WCU has no plans to build more dorms or housing in the near future — due both to space limitations and budget constraints — making private housing developers the only players in the game.

“There is opportunity for off-campus developers to help address that need,” said Sam Miller, WCU vice chancellor for student affairs. “Residence halls are very expensive to build and wouldn’t it be better for the long term to upgrade classrooms and laboratories?”

Meanwhile, as off-campus housing expands, alternative transportation in Cullowhee is either non-existent, or not ideal.

Just last week, construction began on a sidewalk linking the main campus to the university’s Millennial Campus and its new Health and Human Sciences Building. The hope is that students will now have the option of safely walking the three-fourths of a mile from the main campus along Little Savannah Road, but the sidewalk will stand as one of the few in Cullowhee off campus.

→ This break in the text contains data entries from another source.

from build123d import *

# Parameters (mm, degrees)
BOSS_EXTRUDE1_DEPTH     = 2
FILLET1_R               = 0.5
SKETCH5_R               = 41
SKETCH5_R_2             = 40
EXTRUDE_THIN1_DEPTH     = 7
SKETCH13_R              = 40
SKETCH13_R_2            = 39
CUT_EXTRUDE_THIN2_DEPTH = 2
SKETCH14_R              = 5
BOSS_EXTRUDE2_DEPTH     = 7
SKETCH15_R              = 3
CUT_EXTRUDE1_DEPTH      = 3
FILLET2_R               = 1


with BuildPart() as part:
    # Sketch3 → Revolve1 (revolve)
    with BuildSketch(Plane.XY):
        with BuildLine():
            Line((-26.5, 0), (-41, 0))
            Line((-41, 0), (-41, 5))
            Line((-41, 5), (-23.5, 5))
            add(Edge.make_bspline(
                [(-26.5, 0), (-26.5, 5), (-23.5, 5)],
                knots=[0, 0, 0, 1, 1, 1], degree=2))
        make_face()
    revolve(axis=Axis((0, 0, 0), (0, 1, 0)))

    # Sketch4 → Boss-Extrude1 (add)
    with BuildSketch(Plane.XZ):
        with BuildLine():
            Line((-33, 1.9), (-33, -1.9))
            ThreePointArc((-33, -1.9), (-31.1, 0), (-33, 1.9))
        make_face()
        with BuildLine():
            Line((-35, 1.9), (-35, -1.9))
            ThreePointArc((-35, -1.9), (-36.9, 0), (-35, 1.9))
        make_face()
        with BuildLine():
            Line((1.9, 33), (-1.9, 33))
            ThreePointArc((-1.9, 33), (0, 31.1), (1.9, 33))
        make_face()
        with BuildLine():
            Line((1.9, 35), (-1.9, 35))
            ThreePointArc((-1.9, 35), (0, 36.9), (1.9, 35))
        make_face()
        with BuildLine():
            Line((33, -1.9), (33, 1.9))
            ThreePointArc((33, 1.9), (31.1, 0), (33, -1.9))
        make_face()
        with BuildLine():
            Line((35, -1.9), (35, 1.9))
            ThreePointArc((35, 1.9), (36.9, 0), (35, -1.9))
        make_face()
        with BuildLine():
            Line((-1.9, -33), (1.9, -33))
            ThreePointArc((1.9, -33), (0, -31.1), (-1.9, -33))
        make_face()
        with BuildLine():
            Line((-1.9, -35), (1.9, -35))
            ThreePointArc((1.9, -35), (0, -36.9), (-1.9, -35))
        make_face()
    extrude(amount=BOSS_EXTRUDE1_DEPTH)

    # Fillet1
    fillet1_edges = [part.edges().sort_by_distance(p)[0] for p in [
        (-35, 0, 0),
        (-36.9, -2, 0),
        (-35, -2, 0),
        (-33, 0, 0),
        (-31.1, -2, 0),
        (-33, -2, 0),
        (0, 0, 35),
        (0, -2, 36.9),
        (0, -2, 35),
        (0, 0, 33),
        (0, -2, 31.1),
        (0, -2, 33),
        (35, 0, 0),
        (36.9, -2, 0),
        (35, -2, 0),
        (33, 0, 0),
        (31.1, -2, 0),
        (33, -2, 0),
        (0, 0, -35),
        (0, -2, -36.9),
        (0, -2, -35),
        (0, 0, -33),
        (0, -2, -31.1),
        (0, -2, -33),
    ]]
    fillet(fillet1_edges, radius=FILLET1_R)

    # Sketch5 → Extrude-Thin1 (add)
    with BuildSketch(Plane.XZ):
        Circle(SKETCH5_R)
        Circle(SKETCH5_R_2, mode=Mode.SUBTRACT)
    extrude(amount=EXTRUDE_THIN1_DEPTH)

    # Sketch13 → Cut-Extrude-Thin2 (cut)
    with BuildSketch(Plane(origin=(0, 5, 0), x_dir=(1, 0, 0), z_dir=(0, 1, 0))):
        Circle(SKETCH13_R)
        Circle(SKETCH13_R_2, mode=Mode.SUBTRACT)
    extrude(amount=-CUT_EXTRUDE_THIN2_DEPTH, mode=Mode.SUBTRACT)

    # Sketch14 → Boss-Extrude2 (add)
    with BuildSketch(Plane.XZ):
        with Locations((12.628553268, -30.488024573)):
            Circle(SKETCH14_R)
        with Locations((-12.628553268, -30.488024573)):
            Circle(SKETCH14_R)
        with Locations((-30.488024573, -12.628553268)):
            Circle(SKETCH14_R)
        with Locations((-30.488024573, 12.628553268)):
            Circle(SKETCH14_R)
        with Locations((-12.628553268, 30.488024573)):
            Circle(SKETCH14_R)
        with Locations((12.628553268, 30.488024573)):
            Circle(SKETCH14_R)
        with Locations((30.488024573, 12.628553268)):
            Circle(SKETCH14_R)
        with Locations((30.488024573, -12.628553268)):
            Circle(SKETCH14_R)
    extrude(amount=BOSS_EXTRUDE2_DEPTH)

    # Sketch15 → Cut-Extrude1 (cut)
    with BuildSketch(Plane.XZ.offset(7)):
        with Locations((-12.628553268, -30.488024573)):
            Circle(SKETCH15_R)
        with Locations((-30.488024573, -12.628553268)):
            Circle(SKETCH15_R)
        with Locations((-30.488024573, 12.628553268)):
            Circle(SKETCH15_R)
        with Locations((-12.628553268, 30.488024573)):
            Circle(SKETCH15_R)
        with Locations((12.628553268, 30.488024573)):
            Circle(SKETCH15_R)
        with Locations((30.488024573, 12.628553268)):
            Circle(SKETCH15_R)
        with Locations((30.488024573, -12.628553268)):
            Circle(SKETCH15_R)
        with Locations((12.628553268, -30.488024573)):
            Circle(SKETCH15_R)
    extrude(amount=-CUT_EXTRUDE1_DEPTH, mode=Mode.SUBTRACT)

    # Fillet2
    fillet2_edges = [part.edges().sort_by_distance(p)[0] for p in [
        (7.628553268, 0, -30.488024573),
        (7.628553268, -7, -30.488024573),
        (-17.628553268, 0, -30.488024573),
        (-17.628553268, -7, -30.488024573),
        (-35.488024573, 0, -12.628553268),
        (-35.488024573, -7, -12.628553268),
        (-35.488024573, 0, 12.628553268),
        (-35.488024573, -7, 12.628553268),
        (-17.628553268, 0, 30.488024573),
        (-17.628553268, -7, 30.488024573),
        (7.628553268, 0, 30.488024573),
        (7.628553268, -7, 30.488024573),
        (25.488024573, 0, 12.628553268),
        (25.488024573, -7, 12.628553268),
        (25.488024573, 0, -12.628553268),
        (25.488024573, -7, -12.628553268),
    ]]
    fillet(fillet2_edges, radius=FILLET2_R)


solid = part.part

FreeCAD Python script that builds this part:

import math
import FreeCAD as App
import Part
import Sketcher
Q = App.Units.Quantity


def edges_at(feature, points):
    """Names of the edges that pass closest to the given points."""
    edges = feature.Shape.Edges
    near = lambda p: min(range(len(edges)), key=lambda i: edges[i].distToShape(Part.Vertex(*p))[0])
    return sorted({f"Edge{near(p) + 1}" for p in points})

doc = App.newDocument("Part")
body = doc.addObject("PartDesign::Body", "Body")

sketch1 = body.newObject("Sketcher::SketchObject", "Sketch")
sketch1.AttachmentSupport = (doc.getObject("XY_Plane"), [""])
sketch1.MapMode = "FlatFace"
sketch1.addGeometry(Part.LineSegment(App.Vector(-41, 0, 0), App.Vector(-26.5, 0, 0)), False)
sketch1.addGeometry(Part.BSplineCurve([App.Vector(-26.5, 0, 0), App.Vector(-26.5, 5, 0), App.Vector(-23.5, 5, 0)], [3, 3], [0, 1], False, 2, [1, 1, 1], False), False)
sketch1.addGeometry(Part.LineSegment(App.Vector(-23.5, 5, 0), App.Vector(-41, 5, 0)), False)
sketch1.addGeometry(Part.LineSegment(App.Vector(-41, 5, 0), App.Vector(-41, 0, 0)), False)
sketch1.addConstraint(Sketcher.Constraint("Block", 1))
sketch1.addConstraint(Sketcher.Constraint("Coincident", 0, 2, 1, 1))
sketch1.addConstraint(Sketcher.Constraint("Coincident", 1, 2, 2, 1))
sketch1.addConstraint(Sketcher.Constraint("Coincident", 2, 2, 3, 1))
sketch1.addConstraint(Sketcher.Constraint("Coincident", 3, 2, 0, 1))
sketch1.addConstraint(Sketcher.Constraint("Horizontal", 0))
sketch1.addConstraint(Sketcher.Constraint("Horizontal", 2))
sketch1.addConstraint(Sketcher.Constraint("Vertical", 3))
sketch1.addConstraint(Sketcher.Constraint("DistanceX", 0, 1, 0, 2, Q("14.5 mm")))
revolution = body.newObject("PartDesign::Revolution", "Revolution")
revolution.Profile = sketch1
revolution.ReferenceAxis = (sketch1, ["V_Axis"])
revolution.Angle = 360

sketch2 = body.newObject("Sketcher::SketchObject", "Sketch001")
sketch2.AttachmentSupport = (doc.getObject("XZ_Plane"), [""])
sketch2.MapMode = "FlatFace"
sketch2.addGeometry(Part.LineSegment(App.Vector(-33, 1.9, 0), App.Vector(-33, -1.9, 0)), False)
sketch2.addGeometry(Part.ArcOfCircle(Part.Circle(App.Vector(-33, 0, 0), App.Vector(0, 0, 1), 1.9), math.radians(-90), math.radians(90)), False)
sketch2.addGeometry(Part.LineSegment(App.Vector(-35, -1.9, 0), App.Vector(-35, 1.9, 0)), False)
sketch2.addGeometry(Part.ArcOfCircle(Part.Circle(App.Vector(-35, 0, 0), App.Vector(0, 0, 1), 1.9), math.radians(90), math.radians(270)), False)
sketch2.addGeometry(Part.LineSegment(App.Vector(1.9, 33, 0), App.Vector(-1.9, 33, 0)), False)
sketch2.addGeometry(Part.ArcOfCircle(Part.Circle(App.Vector(0, 33, 0), App.Vector(0, 0, 1), 1.9), math.radians(180), math.radians(360)), False)
sketch2.addGeometry(Part.LineSegment(App.Vector(-1.9, 35, 0), App.Vector(1.9, 35, 0)), False)
sketch2.addGeometry(Part.ArcOfCircle(Part.Circle(App.Vector(0, 35, 0), App.Vector(0, 0, 1), 1.9), math.radians(0), math.radians(180)), False)
sketch2.addGeometry(Part.LineSegment(App.Vector(33, -1.9, 0), App.Vector(33, 1.9, 0)), False)
sketch2.addGeometry(Part.ArcOfCircle(Part.Circle(App.Vector(33, 0, 0), App.Vector(0, 0, 1), 1.9), math.radians(90), math.radians(270)), False)
sketch2.addGeometry(Part.LineSegment(App.Vector(35, 1.9, 0), App.Vector(35, -1.9, 0)), False)
sketch2.addGeometry(Part.ArcOfCircle(Part.Circle(App.Vector(35, 0, 0), App.Vector(0, 0, 1), 1.9), math.radians(-90), math.radians(90)), False)
sketch2.addGeometry(Part.LineSegment(App.Vector(-1.9, -33, 0), App.Vector(1.9, -33, 0)), False)
sketch2.addGeometry(Part.ArcOfCircle(Part.Circle(App.Vector(0, -33, 0), App.Vector(0, 0, 1), 1.9), math.radians(0), math.radians(180)), False)
sketch2.addGeometry(Part.LineSegment(App.Vector(1.9, -35, 0), App.Vector(-1.9, -35, 0)), False)
sketch2.addGeometry(Part.ArcOfCircle(Part.Circle(App.Vector(0, -35, 0), App.Vector(0, 0, 1), 1.9), math.radians(180), math.radians(360)), False)
sketch2.addConstraint(Sketcher.Constraint("Coincident", 0, 1, 1, 2))
sketch2.addConstraint(Sketcher.Constraint("Coincident", 1, 1, 0, 2))
sketch2.addConstraint(Sketcher.Constraint("Coincident", 2, 1, 3, 2))
sketch2.addConstraint(Sketcher.Constraint("Coincident", 3, 1, 2, 2))
sketch2.addConstraint(Sketcher.Constraint("Coincident", 4, 1, 5, 2))
sketch2.addConstraint(Sketcher.Constraint("Coincident", 5, 1, 4, 2))
sketch2.addConstraint(Sketcher.Constraint("Coincident", 6, 1, 7, 2))
sketch2.addConstraint(Sketcher.Constraint("Coincident", 7, 1, 6, 2))
sketch2.addConstraint(Sketcher.Constraint("Coincident", 8, 1, 9, 2))
sketch2.addConstraint(Sketcher.Constraint("Coincident", 9, 1, 8, 2))
sketch2.addConstraint(Sketcher.Constraint("Coincident", 10, 1, 11, 2))
sketch2.addConstraint(Sketcher.Constraint("Coincident", 11, 1, 10, 2))
sketch2.addConstraint(Sketcher.Constraint("Coincident", 12, 1, 13, 2))
sketch2.addConstraint(Sketcher.Constraint("Coincident", 13, 1, 12, 2))
sketch2.addConstraint(Sketcher.Constraint("Coincident", 14, 1, 15, 2))
sketch2.addConstraint(Sketcher.Constraint("Coincident", 15, 1, 14, 2))
sketch2.addConstraint(Sketcher.Constraint("Vertical", 0))
sketch2.addConstraint(Sketcher.Constraint("Vertical", 2))
sketch2.addConstraint(Sketcher.Constraint("Horizontal", 4))
sketch2.addConstraint(Sketcher.Constraint("Horizontal", 6))
sketch2.addConstraint(Sketcher.Constraint("Vertical", 8))
sketch2.addConstraint(Sketcher.Constraint("Vertical", 10))
sketch2.addConstraint(Sketcher.Constraint("Horizontal", 12))
sketch2.addConstraint(Sketcher.Constraint("Horizontal", 14))
sketch2.addConstraint(Sketcher.Constraint("Equal", 1, 3))
sketch2.addConstraint(Sketcher.Constraint("Equal", 3, 5))
sketch2.addConstraint(Sketcher.Constraint("Equal", 5, 7))
sketch2.addConstraint(Sketcher.Constraint("Equal", 7, 9))
sketch2.addConstraint(Sketcher.Constraint("Equal", 9, 11))
sketch2.addConstraint(Sketcher.Constraint("Equal", 11, 13))
sketch2.addConstraint(Sketcher.Constraint("Equal", 13, 15))
sketch2.addConstraint(Sketcher.Constraint("Symmetric", 1, 3, 9, 3, -1, 1))
sketch2.addConstraint(Sketcher.Constraint("Symmetric", 3, 3, 11, 3, -1, 1))
sketch2.addConstraint(Sketcher.Constraint("Symmetric", 5, 3, 13, 3, -1, 1))
sketch2.addConstraint(Sketcher.Constraint("Symmetric", 7, 3, 15, 3, -1, 1))
sketch2.addConstraint(Sketcher.Constraint("Symmetric", 1, 1, 8, 1, -2))
sketch2.addConstraint(Sketcher.Constraint("Symmetric", 3, 1, 10, 1, -2))
sketch2.addConstraint(Sketcher.Constraint("Symmetric", 5, 1, 12, 1, -1))
sketch2.addConstraint(Sketcher.Constraint("Symmetric", 7, 1, 14, 1, -1))
sketch2.addConstraint(Sketcher.Constraint("Horizontal", 5, 3, 4, 1))
sketch2.addConstraint(Sketcher.Constraint("Horizontal", 7, 3, 6, 1))
sketch2.addConstraint(Sketcher.Constraint("Vertical", 1, 3, 0, 1))
sketch2.addConstraint(Sketcher.Constraint("Vertical", 3, 3, 2, 1))
sketch2.addConstraint(Sketcher.Constraint("Radius", 1, Q("1.9 mm")))
sketch2.addConstraint(Sketcher.Constraint("DistanceX", 1, 3, -1, 1, Q("33 mm")))
sketch2.addConstraint(Sketcher.Constraint("DistanceX", 3, 3, -1, 1, Q("35 mm")))
sketch2.addConstraint(Sketcher.Constraint("DistanceY", -1, 1, 5, 3, Q("33 mm")))
sketch2.addConstraint(Sketcher.Constraint("DistanceY", -1, 1, 7, 3, Q("35 mm")))
pad1 = body.newObject("PartDesign::Pad", "Pad")
pad1.Profile = sketch2
pad1.Length = 2
doc.recompute()

fillet = body.newObject("PartDesign::Fillet", "Fillet")
fillet.Base = (pad1, edges_at(pad1, [
    (-35, 0, 0),
    (-36.9, -2, 0),
    (-35, -2, 0),
    (-33, 0, 0),
    (-31.1, -2, 0),
    (-33, -2, 0),
    (0, 0, 35),
    (0, -2, 36.9),
    (0, -2, 35),
    (0, 0, 33),
    (0, -2, 31.1),
    (0, -2, 33),
    (35, 0, 0),
    (36.9, -2, 0),
    (35, -2, 0),
    (33, 0, 0),
    (31.1, -2, 0),
    (33, -2, 0),
    (0, 0, -35),
    (0, -2, -36.9),
    (0, -2, -35),
    (0, 0, -33),
    (0, -2, -31.1),
    (0, -2, -33),
]))
fillet.Radius = 0.5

“The inside portion of the university has a lot of sidewalks,” N.C. Department of Transportation District Engineer Jonathan Woodard said. “But as it starts to expand out into an area that was more a rural area before, the needs for transportation is expanding with it.”

Community members have been pushing for a sidewalk between campus and the old Cullowhee business district. But the DOT, university and community advocates haven’t figured out a solution for who would maintain the stretch of sidewalk beyond the campus limits. The DOT doesn’t want to, nor does the university, and as yet, no other entity has emerged to make it a reality.